In the records below, find the line with "f 492 493 480" and the line with "f 436 443 434". Print both exactly, along with every line between them, and no other line.

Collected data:
Segment Open
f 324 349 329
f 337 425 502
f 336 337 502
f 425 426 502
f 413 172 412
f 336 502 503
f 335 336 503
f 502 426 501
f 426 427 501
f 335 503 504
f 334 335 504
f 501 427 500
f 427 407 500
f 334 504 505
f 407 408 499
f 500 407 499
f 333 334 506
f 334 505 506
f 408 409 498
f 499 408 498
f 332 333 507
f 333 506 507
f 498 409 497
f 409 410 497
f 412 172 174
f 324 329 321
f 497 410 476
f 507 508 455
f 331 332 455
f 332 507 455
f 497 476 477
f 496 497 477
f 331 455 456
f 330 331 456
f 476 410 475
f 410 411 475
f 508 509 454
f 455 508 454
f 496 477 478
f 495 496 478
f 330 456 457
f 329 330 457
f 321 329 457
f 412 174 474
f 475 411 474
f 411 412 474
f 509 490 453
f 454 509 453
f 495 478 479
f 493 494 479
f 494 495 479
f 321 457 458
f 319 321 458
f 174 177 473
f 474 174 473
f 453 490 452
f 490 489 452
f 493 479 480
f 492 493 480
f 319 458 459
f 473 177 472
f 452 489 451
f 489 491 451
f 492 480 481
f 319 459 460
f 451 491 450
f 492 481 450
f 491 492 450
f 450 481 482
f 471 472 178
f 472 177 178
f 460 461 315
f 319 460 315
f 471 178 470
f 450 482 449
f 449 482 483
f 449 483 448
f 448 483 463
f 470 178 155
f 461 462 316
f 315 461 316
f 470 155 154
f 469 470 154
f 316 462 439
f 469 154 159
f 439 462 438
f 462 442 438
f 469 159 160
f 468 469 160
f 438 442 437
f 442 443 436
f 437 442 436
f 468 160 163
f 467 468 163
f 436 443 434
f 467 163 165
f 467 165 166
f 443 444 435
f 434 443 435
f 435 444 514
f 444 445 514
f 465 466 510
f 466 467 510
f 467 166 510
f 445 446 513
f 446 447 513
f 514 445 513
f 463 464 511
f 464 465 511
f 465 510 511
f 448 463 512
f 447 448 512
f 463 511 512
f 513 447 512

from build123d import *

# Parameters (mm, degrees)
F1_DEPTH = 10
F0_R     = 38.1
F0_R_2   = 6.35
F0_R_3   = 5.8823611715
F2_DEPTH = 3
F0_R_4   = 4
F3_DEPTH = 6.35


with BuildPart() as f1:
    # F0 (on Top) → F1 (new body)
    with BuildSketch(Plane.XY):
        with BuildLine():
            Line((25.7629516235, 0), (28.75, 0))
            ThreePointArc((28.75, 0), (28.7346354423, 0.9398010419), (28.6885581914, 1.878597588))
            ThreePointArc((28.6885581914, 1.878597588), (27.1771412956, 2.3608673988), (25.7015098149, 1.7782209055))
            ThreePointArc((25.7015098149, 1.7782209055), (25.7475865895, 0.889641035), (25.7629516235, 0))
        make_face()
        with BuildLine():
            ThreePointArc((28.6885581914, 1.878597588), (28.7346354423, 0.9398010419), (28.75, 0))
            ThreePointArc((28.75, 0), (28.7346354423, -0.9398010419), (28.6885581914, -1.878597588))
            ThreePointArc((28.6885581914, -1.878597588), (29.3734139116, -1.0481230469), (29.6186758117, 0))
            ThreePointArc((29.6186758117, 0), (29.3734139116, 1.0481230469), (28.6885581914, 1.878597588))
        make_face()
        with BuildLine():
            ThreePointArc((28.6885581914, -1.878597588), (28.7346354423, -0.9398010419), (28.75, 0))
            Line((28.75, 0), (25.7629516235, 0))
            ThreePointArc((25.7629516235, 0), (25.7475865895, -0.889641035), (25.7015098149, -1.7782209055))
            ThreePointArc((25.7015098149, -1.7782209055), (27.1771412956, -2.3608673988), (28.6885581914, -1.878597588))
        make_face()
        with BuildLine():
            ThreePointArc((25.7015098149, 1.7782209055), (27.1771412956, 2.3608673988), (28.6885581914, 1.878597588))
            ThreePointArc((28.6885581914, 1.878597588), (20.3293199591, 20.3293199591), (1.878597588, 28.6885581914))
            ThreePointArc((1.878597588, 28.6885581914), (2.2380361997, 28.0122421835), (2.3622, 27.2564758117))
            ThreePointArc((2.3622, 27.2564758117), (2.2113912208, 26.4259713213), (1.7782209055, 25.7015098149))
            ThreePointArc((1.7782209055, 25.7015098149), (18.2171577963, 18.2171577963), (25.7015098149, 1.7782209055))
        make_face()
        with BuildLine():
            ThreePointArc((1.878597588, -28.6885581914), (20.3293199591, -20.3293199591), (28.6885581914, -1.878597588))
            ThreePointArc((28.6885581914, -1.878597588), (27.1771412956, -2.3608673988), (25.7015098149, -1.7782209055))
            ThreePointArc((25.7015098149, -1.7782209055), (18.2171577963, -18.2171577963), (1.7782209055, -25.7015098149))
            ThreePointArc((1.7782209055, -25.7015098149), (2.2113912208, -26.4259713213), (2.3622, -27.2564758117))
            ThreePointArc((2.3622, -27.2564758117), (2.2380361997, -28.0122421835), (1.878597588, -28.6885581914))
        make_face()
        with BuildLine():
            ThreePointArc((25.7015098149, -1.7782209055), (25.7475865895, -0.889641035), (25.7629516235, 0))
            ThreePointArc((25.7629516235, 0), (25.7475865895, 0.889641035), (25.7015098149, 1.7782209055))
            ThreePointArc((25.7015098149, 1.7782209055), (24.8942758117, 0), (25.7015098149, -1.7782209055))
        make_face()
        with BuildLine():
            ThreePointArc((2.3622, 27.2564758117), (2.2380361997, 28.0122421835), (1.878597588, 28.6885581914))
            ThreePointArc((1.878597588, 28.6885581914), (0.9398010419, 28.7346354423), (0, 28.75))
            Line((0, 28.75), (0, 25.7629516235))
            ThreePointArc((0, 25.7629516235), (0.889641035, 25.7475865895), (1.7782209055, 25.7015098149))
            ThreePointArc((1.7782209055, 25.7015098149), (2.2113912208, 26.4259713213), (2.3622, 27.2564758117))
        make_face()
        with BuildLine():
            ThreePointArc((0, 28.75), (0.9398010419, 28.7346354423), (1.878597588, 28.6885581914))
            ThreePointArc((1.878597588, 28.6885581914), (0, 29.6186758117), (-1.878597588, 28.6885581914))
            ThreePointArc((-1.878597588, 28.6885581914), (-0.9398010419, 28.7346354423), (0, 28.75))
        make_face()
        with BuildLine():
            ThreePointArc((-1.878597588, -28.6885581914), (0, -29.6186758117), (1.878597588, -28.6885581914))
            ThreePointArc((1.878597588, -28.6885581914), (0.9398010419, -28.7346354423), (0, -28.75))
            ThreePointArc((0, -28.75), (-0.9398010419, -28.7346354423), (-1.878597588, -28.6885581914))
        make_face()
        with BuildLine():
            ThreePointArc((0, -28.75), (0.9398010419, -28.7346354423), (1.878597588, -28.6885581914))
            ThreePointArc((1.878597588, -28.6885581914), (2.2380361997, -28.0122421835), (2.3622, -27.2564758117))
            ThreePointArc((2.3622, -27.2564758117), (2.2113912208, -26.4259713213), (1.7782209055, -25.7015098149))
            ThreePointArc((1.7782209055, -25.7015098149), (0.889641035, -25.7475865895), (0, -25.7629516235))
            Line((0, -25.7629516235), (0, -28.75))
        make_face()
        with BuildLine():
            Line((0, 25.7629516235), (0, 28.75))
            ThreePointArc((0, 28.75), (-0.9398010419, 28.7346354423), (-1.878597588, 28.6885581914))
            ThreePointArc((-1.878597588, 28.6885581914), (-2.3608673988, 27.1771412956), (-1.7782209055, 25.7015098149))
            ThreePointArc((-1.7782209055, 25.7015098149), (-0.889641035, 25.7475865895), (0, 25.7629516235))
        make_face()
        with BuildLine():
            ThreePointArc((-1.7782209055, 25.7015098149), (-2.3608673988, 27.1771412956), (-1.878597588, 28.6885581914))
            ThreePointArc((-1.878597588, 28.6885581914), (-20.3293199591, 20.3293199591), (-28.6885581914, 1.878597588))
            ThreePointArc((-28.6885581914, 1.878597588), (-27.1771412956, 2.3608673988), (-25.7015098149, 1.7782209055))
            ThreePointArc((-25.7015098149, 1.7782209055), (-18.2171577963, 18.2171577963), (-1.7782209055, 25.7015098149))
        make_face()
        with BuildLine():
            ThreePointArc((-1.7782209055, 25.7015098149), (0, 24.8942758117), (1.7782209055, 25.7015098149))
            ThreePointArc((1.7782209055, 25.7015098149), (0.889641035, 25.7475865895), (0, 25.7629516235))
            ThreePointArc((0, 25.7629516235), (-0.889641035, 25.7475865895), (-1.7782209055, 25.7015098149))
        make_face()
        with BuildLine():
Segment Closed
(SOLUTION TO THIS EXERCISE):
f 492 493 480
f 319 458 459
f 473 177 472
f 452 489 451
f 489 491 451
f 492 480 481
f 319 459 460
f 451 491 450
f 492 481 450
f 491 492 450
f 450 481 482
f 471 472 178
f 472 177 178
f 460 461 315
f 319 460 315
f 471 178 470
f 450 482 449
f 449 482 483
f 449 483 448
f 448 483 463
f 470 178 155
f 461 462 316
f 315 461 316
f 470 155 154
f 469 470 154
f 316 462 439
f 469 154 159
f 439 462 438
f 462 442 438
f 469 159 160
f 468 469 160
f 438 442 437
f 442 443 436
f 437 442 436
f 468 160 163
f 467 468 163
f 436 443 434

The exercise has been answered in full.